Muriel Sánchez es una extraordinaria actriz. Realizó una interpretación sensacional el año pasado en «Hablando”, una obra oscura y magnífica en la que encarnaba a Ella, un personaje que pasaba de la aspereza y cierta prepotencia al más profundo dolor, y en 2009 aportó hermosura, gracia y talento a «La Estrella de Sevilla”, de Lope de Vega, que, entre otros sitios, estuvo en el Festival de Niebla (Huelva). En «Medida por Medida”, Muriel Sánchez pasa de novicia a desmelenarse finalmente como cantante –canta muy bien-, salta de la sobrecogedora virtud de la novicia que cubre su rostro con un velo a soltarse el melenón rubio delante del duque, señor de todo y de todos, revestida ya de feminismo y de una valentía ante la vida que hubiera hecho que a su personaje le guiñara un ojo de manera cómplice el propio Shakespeare.

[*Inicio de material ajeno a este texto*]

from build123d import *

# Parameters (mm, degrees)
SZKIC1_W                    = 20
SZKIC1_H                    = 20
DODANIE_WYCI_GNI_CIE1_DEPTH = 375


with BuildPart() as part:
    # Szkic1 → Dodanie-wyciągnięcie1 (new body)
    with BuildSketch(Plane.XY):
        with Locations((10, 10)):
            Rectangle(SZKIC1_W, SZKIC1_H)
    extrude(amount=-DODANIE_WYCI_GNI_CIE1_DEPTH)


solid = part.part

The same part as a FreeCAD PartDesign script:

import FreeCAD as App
import Part
import Sketcher

V = App.Vector


def add_polygon(sketch, points):
    """Adds a closed chain of lines whose ends are joined by coincident constraints."""
    first, n = sketch.GeometryCount, len(points)
    for a, b in zip(points, points[1:] + points[:1]):
        sketch.addGeometry(Part.LineSegment(App.Vector(*a, 0), App.Vector(*b, 0)), False)
    for i in range(n):
        sketch.addConstraint(Sketcher.Constraint("Coincident", first + i, 2, first + (i + 1) % n, 1))

doc = App.newDocument("Part")
params = doc.addObject("Spreadsheet::Sheet", "Params")
for row, (alias, value) in enumerate([
    ("sketch1_width", "20 mm"),
    ("pad1_length", "375 mm"),
], start=1):
    params.set(f"A{row}", alias)
    params.set(f"B{row}", "=" + value)
    params.setAlias(f"B{row}", alias)

body = doc.addObject("PartDesign::Body", "Body")

sketch1 = body.newObject("Sketcher::SketchObject", "Sketch")
sketch1.AttachmentSupport = (doc.getObject("XY_Plane"), [""])
sketch1.MapMode = "FlatFace"
add_polygon(sketch1, [(0, 20), (0, 0), (20, 0), (20, 20)])
sketch1.addConstraint([
    Sketcher.Constraint("Vertical", 0),
    Sketcher.Constraint("Horizontal", 1),
    Sketcher.Constraint("Vertical", 2),
    Sketcher.Constraint("Horizontal", 3),
    Sketcher.Constraint("Coincident", 0, 2, -1, 1),
    Sketcher.Constraint("Equal", 3, 0),
    Sketcher.Constraint("DistanceX", 1, 1, 1, 2, 20.0),
])
sketch1.setExpression("Constraints[10]", "Params.sketch1_width")
pad1 = body.newObject("PartDesign::Pad", "Pad")
pad1.Profile = sketch1
pad1.setExpression("Length", "Params.pad1_length")
pad1.Reversed = True

doc.recompute()
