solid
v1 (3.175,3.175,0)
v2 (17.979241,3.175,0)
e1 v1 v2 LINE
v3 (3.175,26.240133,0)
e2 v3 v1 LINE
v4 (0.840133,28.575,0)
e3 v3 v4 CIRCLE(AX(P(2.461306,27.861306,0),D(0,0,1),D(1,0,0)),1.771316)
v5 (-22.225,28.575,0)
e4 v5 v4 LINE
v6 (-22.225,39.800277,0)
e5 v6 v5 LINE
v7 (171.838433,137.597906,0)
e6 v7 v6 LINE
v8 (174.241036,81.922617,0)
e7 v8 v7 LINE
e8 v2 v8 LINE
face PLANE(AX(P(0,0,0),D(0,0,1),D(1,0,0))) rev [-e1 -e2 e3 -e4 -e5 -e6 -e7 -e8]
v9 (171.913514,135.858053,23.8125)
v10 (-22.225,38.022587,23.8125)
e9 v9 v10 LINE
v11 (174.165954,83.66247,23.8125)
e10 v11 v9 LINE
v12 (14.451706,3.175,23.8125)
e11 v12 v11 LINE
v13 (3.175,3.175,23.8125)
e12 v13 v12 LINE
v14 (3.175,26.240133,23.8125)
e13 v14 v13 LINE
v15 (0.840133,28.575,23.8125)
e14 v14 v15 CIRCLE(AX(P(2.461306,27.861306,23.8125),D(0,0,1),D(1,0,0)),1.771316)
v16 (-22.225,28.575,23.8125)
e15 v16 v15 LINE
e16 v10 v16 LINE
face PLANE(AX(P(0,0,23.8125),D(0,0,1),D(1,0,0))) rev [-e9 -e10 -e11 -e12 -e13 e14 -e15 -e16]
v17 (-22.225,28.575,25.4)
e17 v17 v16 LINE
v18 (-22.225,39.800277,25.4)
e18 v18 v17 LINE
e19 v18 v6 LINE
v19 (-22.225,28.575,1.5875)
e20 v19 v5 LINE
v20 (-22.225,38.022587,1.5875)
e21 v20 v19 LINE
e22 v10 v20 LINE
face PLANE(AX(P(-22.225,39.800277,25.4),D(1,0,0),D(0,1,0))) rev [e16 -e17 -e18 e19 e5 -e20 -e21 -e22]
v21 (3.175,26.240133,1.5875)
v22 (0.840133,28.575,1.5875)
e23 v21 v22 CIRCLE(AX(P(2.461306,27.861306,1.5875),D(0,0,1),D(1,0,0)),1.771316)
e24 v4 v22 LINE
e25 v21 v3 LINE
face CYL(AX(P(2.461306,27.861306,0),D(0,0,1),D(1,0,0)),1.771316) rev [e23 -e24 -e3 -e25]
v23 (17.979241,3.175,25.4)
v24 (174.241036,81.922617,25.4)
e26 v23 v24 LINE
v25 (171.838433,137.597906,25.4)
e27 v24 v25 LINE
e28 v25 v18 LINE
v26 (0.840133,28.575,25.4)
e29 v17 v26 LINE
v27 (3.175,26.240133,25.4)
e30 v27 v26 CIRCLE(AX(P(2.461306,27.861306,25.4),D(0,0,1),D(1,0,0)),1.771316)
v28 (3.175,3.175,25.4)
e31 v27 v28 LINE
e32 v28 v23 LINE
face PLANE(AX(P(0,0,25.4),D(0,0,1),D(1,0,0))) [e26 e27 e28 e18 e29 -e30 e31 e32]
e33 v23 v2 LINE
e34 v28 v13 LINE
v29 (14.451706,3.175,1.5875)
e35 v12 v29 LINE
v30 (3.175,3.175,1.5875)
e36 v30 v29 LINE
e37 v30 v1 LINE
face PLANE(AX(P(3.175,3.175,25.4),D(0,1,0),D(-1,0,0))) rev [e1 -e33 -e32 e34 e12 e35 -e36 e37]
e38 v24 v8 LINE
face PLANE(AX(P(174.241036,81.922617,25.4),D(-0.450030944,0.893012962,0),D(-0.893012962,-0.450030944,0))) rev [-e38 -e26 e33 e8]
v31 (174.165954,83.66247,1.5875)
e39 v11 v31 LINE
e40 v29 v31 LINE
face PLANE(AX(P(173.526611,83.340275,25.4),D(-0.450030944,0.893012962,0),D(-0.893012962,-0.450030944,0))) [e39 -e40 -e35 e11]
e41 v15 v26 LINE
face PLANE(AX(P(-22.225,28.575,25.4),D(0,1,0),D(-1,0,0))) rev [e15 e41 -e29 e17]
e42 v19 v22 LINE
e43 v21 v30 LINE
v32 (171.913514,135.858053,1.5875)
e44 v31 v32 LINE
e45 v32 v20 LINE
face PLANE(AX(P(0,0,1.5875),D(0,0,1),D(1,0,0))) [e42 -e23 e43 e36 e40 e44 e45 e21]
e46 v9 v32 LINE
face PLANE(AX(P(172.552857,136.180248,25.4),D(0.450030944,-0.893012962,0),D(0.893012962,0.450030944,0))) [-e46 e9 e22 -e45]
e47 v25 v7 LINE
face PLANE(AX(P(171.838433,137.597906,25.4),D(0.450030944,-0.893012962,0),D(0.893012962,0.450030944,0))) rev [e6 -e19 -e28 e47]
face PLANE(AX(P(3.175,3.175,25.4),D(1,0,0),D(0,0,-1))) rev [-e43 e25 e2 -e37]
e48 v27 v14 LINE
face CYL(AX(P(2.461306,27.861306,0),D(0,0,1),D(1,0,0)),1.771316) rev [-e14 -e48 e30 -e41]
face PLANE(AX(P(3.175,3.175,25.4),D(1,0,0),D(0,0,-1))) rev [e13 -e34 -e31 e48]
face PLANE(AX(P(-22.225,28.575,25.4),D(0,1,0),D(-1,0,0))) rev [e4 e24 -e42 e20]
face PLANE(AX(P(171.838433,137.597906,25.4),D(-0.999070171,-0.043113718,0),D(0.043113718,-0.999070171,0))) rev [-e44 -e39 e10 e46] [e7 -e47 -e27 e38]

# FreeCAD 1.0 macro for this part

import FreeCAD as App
import Part
import Sketcher
from FreeCAD import Vector
Q = App.Units.Quantity


def faces_at(feature, points):
    """Names of the faces that lie closest to the given points."""
    faces = feature.Shape.Faces
    near = lambda p: min(range(len(faces)), key=lambda i: faces[i].distToShape(Part.Vertex(*p))[0])
    return sorted({f"Face{near(p) + 1}" for p in points})


def add_polygon(sketch, points):
    """Adds a closed chain of lines whose ends are joined by coincident constraints."""
    first, n = sketch.GeometryCount, len(points)
    for a, b in zip(points, points[1:] + points[:1]):
        sketch.addGeometry(Part.LineSegment(App.Vector(*a, 0), App.Vector(*b, 0)), False)
    for i in range(n):
        sketch.addConstraint(Sketcher.Constraint("Coincident", first + i, 2, first + (i + 1) % n, 1))

doc = App.newDocument("Part")
params = doc.addObject("Spreadsheet::Sheet", "Params")
for row, (alias, value) in enumerate([
    ("sketch1_width", "1 in"),
    ("pad1_length", "1 in"),
    ("thickness_wall", "0.0625 in"),
], start=1):
    params.set(f"A{row}", alias)
    params.set(f"B{row}", "=" + value)
    params.setAlias(f"B{row}", alias)

body = doc.addObject("PartDesign::Body", "Body")

# Sketch on XY plane
sketch1 = body.newObject("Sketcher::SketchObject", "Sketch")
sketch1.AttachmentSupport = (doc.getObject("XY_Plane"), [""])
sketch1.MapMode = "FlatFace"
add_polygon(sketch1, [(171.838433, 137.597906), (-22.225, 39.800277), (-22.225, 28.575), (3.175, 28.575), (3.175, 3.175), (17.979241, 3.175), (174.241036, 81.922617)])  # lines 0-6
sketch1.addConstraint([
    Sketcher.Constraint("Vertical", 1),
    Sketcher.Constraint("Horizontal", 2),
    Sketcher.Constraint("Vertical", 3),
    Sketcher.Constraint("Horizontal", 4),
    Sketcher.Constraint("Parallel", 0, 5),
    Sketcher.Constraint("Equal", 2, 3),
    Sketcher.Constraint("DistanceX", 2, 1, 2, 2, Q("1 in")),
    Sketcher.Constraint("DistanceX", 0, 2, -1, 1, Q("0.875 in")),
    Sketcher.Constraint("DistanceY", -1, 1, 1, 2, Q("1.125 in")),
    Sketcher.Constraint("DistanceY", -1, 1, 5, 2, Q("3.2252999 in")),
    Sketcher.Constraint("DistanceX", 4, 1, 4, 2, Q("14.804241 mm")),
    Sketcher.Constraint("Distance", 0, Q("217.31312 mm")),
    Sketcher.Constraint("Distance", 5, Q("174.982672 mm")),
    Sketcher.Constraint("DistanceY", 1, 2, 1, 1, Q("11.225277 mm")),
])
sketch1.setExpression("Constraints[13]", "Params.sketch1_width")
pad1 = body.newObject("PartDesign::Pad", "Pad")
pad1.Profile = sketch1
pad1.setExpression("Length", "Params.pad1_length")
doc.recompute()

thickness = body.newObject("PartDesign::Thickness", "Thickness")
thickness.Base = (pad1, faces_at(pad1, [
    (10.577, 3.175, 12.7),
    (3.175, 15.875, 12.7),
    (-9.525, 28.575, 12.7),
    (-22.225, 34.188, 12.7),
    (173.04, 109.76, 12.7),
]))
thickness.setExpression("Value", "Params.thickness_wall")
thickness.Reversed = True
thickness.Join = "Intersection"

# Sketch on XY plane
sketch2 = body.newObject("Sketcher::SketchObject", "Sketch001")
sketch2.AttachmentSupport = (doc.getObject("XY_Plane"), [""])
sketch2.MapMode = "FlatFace"
sketch2.AttachmentOffset = App.Placement(Vector(0, 0, 1 * 25.4), App.Rotation())
sketch2.addGeometry(Part.Circle(Vector(2.461306, 27.861306, 0), Vector(0, 0, 1), 1.771316), False)
sketch2.addConstraint([
    Sketcher.Constraint("Diameter", 0, Q("3.542632 mm")),
    Sketcher.Constraint("DistanceX", -1, 1, 0, 3, Q("2.461306 mm")),
    Sketcher.Constraint("DistanceY", -1, 1, 0, 3, Q("27.861306 mm")),
])
pocket1 = body.newObject("PartDesign::Pocket", "Pocket")
pocket1.Profile = sketch2
pocket1.Type = "ThroughAll"

doc.recompute()
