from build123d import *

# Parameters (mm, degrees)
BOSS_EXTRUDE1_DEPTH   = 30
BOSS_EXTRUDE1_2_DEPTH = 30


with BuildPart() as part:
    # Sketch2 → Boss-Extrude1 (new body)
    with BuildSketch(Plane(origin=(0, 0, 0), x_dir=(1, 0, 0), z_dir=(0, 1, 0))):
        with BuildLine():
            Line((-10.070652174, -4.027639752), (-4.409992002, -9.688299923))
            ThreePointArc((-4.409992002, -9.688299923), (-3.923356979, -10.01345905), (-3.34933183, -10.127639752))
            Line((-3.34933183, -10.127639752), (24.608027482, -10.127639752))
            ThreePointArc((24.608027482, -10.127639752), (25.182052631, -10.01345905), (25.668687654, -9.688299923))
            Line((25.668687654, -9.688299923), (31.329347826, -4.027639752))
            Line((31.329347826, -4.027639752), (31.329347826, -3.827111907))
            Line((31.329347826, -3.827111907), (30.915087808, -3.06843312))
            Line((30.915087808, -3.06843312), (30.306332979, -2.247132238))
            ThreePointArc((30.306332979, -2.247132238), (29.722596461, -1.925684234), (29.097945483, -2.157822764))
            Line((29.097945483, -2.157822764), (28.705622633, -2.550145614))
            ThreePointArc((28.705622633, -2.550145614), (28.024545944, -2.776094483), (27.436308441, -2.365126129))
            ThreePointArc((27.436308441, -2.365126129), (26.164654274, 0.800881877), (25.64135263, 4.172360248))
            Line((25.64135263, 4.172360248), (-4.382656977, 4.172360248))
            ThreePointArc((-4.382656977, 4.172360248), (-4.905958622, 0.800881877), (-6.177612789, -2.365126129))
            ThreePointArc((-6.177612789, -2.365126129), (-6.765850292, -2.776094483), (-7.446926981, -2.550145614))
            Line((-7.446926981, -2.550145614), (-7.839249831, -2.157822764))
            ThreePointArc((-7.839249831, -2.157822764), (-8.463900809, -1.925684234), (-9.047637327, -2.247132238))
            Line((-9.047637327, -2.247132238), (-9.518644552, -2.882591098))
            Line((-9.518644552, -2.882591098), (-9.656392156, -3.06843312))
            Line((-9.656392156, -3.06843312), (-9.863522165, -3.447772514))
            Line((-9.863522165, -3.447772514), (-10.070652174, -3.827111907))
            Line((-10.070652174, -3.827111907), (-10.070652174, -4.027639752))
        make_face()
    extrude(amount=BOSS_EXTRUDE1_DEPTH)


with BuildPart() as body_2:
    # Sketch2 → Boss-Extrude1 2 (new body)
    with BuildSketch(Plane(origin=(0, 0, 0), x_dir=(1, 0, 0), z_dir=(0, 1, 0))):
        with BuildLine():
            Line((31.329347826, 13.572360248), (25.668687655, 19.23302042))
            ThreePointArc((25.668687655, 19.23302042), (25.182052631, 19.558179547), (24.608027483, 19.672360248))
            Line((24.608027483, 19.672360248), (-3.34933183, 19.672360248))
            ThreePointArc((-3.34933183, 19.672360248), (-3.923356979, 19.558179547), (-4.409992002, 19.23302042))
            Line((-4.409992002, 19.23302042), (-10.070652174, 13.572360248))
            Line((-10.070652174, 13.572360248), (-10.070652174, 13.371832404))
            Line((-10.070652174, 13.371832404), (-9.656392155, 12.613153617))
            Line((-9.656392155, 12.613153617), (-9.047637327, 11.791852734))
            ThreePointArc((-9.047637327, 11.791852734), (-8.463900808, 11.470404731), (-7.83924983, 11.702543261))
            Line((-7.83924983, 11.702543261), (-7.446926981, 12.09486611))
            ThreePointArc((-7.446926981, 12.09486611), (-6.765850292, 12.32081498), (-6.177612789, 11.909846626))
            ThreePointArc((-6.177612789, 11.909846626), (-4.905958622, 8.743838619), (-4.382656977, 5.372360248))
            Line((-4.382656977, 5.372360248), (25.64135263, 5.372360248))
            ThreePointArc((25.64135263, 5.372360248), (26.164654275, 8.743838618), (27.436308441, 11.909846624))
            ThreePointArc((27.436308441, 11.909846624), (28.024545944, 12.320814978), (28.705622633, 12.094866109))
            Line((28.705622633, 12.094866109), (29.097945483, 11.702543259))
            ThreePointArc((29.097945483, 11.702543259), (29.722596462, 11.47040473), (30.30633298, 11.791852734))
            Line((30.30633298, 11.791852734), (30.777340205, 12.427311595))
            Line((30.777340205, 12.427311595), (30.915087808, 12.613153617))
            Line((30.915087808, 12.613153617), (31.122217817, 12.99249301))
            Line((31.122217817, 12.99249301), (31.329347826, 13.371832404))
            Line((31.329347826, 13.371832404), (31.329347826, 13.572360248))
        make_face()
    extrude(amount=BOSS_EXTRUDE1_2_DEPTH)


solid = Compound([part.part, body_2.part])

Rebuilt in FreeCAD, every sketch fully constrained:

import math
import FreeCAD as App
import Part
import Sketcher

doc = App.newDocument("Part")
body = doc.addObject("PartDesign::Body", "Body")

sketch1 = body.newObject("Sketcher::SketchObject", "Sketch")
sketch1.AttachmentSupport = (doc.getObject("XZ_Plane"), [""])
sketch1.MapMode = "FlatFace"
sketch1.addGeometry(Part.LineSegment(App.Vector(-10.07, 4.03, 0), App.Vector(-4.41, 9.69, 0)), False)
sketch1.addGeometry(Part.ArcOfCircle(Part.Circle(App.Vector(-3.35, 8.63, 0), App.Vector(0, 0, 1), 1.5), math.radians(90), math.radians(135)), False)
sketch1.addGeometry(Part.LineSegment(App.Vector(-3.35, 10.13, 0), App.Vector(24.61, 10.13, 0)), False)
sketch1.addGeometry(Part.ArcOfCircle(Part.Circle(App.Vector(24.61, 8.63, 0), App.Vector(0, 0, 1), 1.5), math.radians(45), math.radians(90)), False)
sketch1.addGeometry(Part.LineSegment(App.Vector(25.67, 9.69, 0), App.Vector(31.33, 4.03, 0)), False)
sketch1.addGeometry(Part.LineSegment(App.Vector(31.33, 4.03, 0), App.Vector(31.33, 3.83, 0)), False)
sketch1.addGeometry(Part.LineSegment(App.Vector(31.33, 3.83, 0), App.Vector(30.92, 3.07, 0)), False)
sketch1.addGeometry(Part.LineSegment(App.Vector(30.92, 3.07, 0), App.Vector(30.31, 2.25, 0)), False)
sketch1.addGeometry(Part.ArcOfCircle(Part.Circle(App.Vector(29.66, 2.72, 0), App.Vector(0, 0, 1), 0.8), math.radians(-135), math.radians(-37)), False)
sketch1.addGeometry(Part.LineSegment(App.Vector(29.1, 2.16, 0), App.Vector(28.71, 2.55, 0)), False)
sketch1.addGeometry(Part.ArcOfCircle(Part.Circle(App.Vector(28.14, 1.98, 0), App.Vector(0, 0, 1), 0.8), math.radians(45), math.radians(152)), False)
sketch1.addGeometry(Part.ArcOfCircle(Part.Circle(App.Vector(40.63, -4.77, 0), App.Vector(0, 0, 1), 15), math.radians(152), math.radians(178)), False)
sketch1.addGeometry(Part.LineSegment(App.Vector(25.64, -4.17, 0), App.Vector(-4.38, -4.17, 0)), False)
sketch1.addGeometry(Part.ArcOfCircle(Part.Circle(App.Vector(-19.37, -4.77, 0), App.Vector(0, 0, 1), 15), math.radians(2), math.radians(28)), False)
sketch1.addGeometry(Part.ArcOfCircle(Part.Circle(App.Vector(-6.88, 1.98, 0), App.Vector(0, 0, 1), 0.8), math.radians(28), math.radians(135)), False)
sketch1.addGeometry(Part.LineSegment(App.Vector(-7.45, 2.55, 0), App.Vector(-7.84, 2.16, 0)), False)
sketch1.addGeometry(Part.ArcOfCircle(Part.Circle(App.Vector(-8.4, 2.72, 0), App.Vector(0, 0, 1), 0.8), math.radians(-143), math.radians(-45)), False)
sketch1.addGeometry(Part.LineSegment(App.Vector(-9.05, 2.25, 0), App.Vector(-9.52, 2.88, 0)), False)
sketch1.addGeometry(Part.LineSegment(App.Vector(-9.52, 2.88, 0), App.Vector(-9.66, 3.07, 0)), False)
sketch1.addGeometry(Part.LineSegment(App.Vector(-9.66, 3.07, 0), App.Vector(-9.86, 3.45, 0)), False)
sketch1.addGeometry(Part.LineSegment(App.Vector(-9.86, 3.45, 0), App.Vector(-10.07, 3.83, 0)), False)
sketch1.addGeometry(Part.LineSegment(App.Vector(-10.07, 3.83, 0), App.Vector(-10.07, 4.03, 0)), False)
sketch1.addConstraint(Sketcher.Constraint("Tangent", 0, 2, 1, 2))
sketch1.addConstraint(Sketcher.Constraint("Tangent", 1, 1, 2, 1))
sketch1.addConstraint(Sketcher.Constraint("Tangent", 2, 2, 3, 2))
sketch1.addConstraint(Sketcher.Constraint("Tangent", 3, 1, 4, 1))
sketch1.addConstraint(Sketcher.Constraint("Coincident", 4, 2, 5, 1))
sketch1.addConstraint(Sketcher.Constraint("Coincident", 5, 2, 6, 1))
sketch1.addConstraint(Sketcher.Constraint("Coincident", 6, 2, 7, 1))
sketch1.addConstraint(Sketcher.Constraint("Tangent", 7, 2, 8, 2))
sketch1.addConstraint(Sketcher.Constraint("Tangent", 8, 1, 9, 1))
sketch1.addConstraint(Sketcher.Constraint("Tangent", 9, 2, 10, 1))
sketch1.addConstraint(Sketcher.Constraint("Tangent", 10, 2, 11, 1))
sketch1.addConstraint(Sketcher.Constraint("Coincident", 11, 2, 12, 1))
sketch1.addConstraint(Sketcher.Constraint("Coincident", 12, 2, 13, 1))
sketch1.addConstraint(Sketcher.Constraint("Tangent", 13, 2, 14, 1))
sketch1.addConstraint(Sketcher.Constraint("Tangent", 14, 2, 15, 1))
sketch1.addConstraint(Sketcher.Constraint("Tangent", 15, 2, 16, 2))
sketch1.addConstraint(Sketcher.Constraint("Tangent", 16, 1, 17, 1))
sketch1.addConstraint(Sketcher.Constraint("Coincident", 17, 2, 18, 1))
sketch1.addConstraint(Sketcher.Constraint("Coincident", 18, 2, 19, 1))
sketch1.addConstraint(Sketcher.Constraint("Coincident", 19, 2, 20, 1))
sketch1.addConstraint(Sketcher.Constraint("Coincident", 20, 2, 21, 1))
sketch1.addConstraint(Sketcher.Constraint("Coincident", 21, 2, 0, 1))
sketch1.addConstraint(Sketcher.Constraint("Horizontal", 2))
sketch1.addConstraint(Sketcher.Constraint("Vertical", 5))
sketch1.addConstraint(Sketcher.Constraint("Horizontal", 12))
sketch1.addConstraint(Sketcher.Constraint("Vertical", 21))
sketch1.addConstraint(Sketcher.Constraint("Equal", 1, 3))
sketch1.addConstraint(Sketcher.Constraint("Equal", 8, 10))
sketch1.addConstraint(Sketcher.Constraint("Equal", 11, 13))
sketch1.addConstraint(Sketcher.Constraint("Equal", 10, 14))
sketch1.addConstraint(Sketcher.Constraint("Equal", 14, 16))
sketch1.addConstraint(Sketcher.Constraint("Perpendicular", 0, 4))
sketch1.addConstraint(Sketcher.Constraint("Parallel", 4, 9))
sketch1.addConstraint(Sketcher.Constraint("Perpendicular", 9, 15))
sketch1.addConstraint(Sketcher.Constraint("Parallel", 17, 18))
sketch1.addConstraint(Sketcher.Constraint("Parallel", 19, 20))
sketch1.addConstraint(Sketcher.Constraint("Horizontal", 11, 3, 13, 3))
sketch1.addConstraint(Sketcher.Constraint("Horizontal", 10, 3, 14, 3))
sketch1.addConstraint(Sketcher.Constraint("Horizontal", 8, 3, 16, 3))
sketch1.addConstraint(Sketcher.Constraint("Horizontal", 0, 2, 3, 1))
sketch1.addConstraint(Sketcher.Constraint("Horizontal", 7, 2, 16, 1))
sketch1.addConstraint(Sketcher.Constraint("Horizontal", 6, 2, 18, 2))
sketch1.addConstraint(Sketcher.Constraint("Horizontal", 5, 2, 20, 2))
sketch1.addConstraint(Sketcher.Constraint("Horizontal", 4, 2, 21, 2))
sketch1.addConstraint(Sketcher.Constraint("Equal", 19, 20))
sketch1.addConstraint(Sketcher.Constraint("Radius", 11, 15.0))
sketch1.addConstraint(Sketcher.Constraint("Radius", 1, 1.5))
sketch1.addConstraint(Sketcher.Constraint("Radius", 8, 0.8))
sketch1.addConstraint(Sketcher.Constraint("DistanceX", 13, 3, 11, 3, 60.0))
sketch1.addConstraint(Sketcher.Constraint("DistanceY", 11, 3, 3, 3, 13.4))
sketch1.addConstraint(Sketcher.Constraint("DistanceY", 4, 2, 3, 3, 4.6))
sketch1.addConstraint(Sketcher.Constraint("DistanceY", 12, 2, 1, 3, 12.8))
sketch1.addConstraint(Sketcher.Constraint("DistanceX", 2, 1, 2, 2, 27.957359))
sketch1.addConstraint(Sketcher.Constraint("DistanceY", -1, 1, 0, 2, 9.6883))
sketch1.addConstraint(Sketcher.Constraint("DistanceY", 7, 2, 6, 2, 0.821301))
sketch1.addConstraint(Sketcher.Constraint("Distance", 6, 0.86441))
sketch1.addConstraint(Sketcher.Constraint("Distance", 7, 1.02231))
sketch1.addConstraint(Sketcher.Constraint("Distance", 9, 0.554828))
sketch1.addConstraint(Sketcher.Constraint("DistanceY", 5, 2, 5, 1, 0.200528))
sketch1.addConstraint(Sketcher.Constraint("DistanceX", 1, 3, -1, 1, 3.349332))
sketch1.addConstraint(Sketcher.Constraint("DistanceX", -1, 1, 8, 3, 29.663631))
sketch1.addConstraint(Sketcher.Constraint("DistanceY", -1, 1, 17, 2, 2.882591))
pad1 = body.newObject("PartDesign::Pad", "Pad")
pad1.Profile = sketch1
pad1.Length = 30
pad1.Reversed = True
body2 = doc.addObject("PartDesign::Body", "Body001")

Muriel Sánchez es, pues, el principal atractivo de esta versión, más que libre libérrima, de «Medida por Medida”, un texto –difícil de encontrar en librerías- de William Shakespeare, que oscila entre la comedia y la tragedia. El director, Emilio del Valle, ha introducido música en directo, que toca acertadamente Nacho Vera, y ha aportado muchas expresiones y alguna situación de la época actual, aunque el fondo de la obra original –la corrupción, la cada vez más extendida podredumbre social- se conserva vivísima en un autor, William Shakespeare, el mayor poeta de todos los tiempos, que leyó el alma humana como nadie.

La acción transcurre en una Viena dominada por el sexo, en la que los hombres van de burdel en burdel entre frases como: «A las primas se les arrima y a las primas hermanas con más ganas”. De modo que el duque delega temporalmente el poder en Angelo, un inquisidor presuntamente incorruptible. «El alma noble solo se prueba con actos nobles”, le dice. Pero Angelo también caerá en la lujuria. En una lujuria cruel. Emilio del Valle ha potenciado lo que de juego hay en la obra. El ritmo, las conversaciones a gritos, los equívocos, el desmedido afán por el aroma de una mujer. Un afán que el duque considera que debe tener freno. Y ahí está el personaje de Isabel (Muriel Sánchez) para conseguirlo. Para dignificar a las mujeres y reivindicar la justicia. Muriel Sánchez es una excelente actriz, decíamos.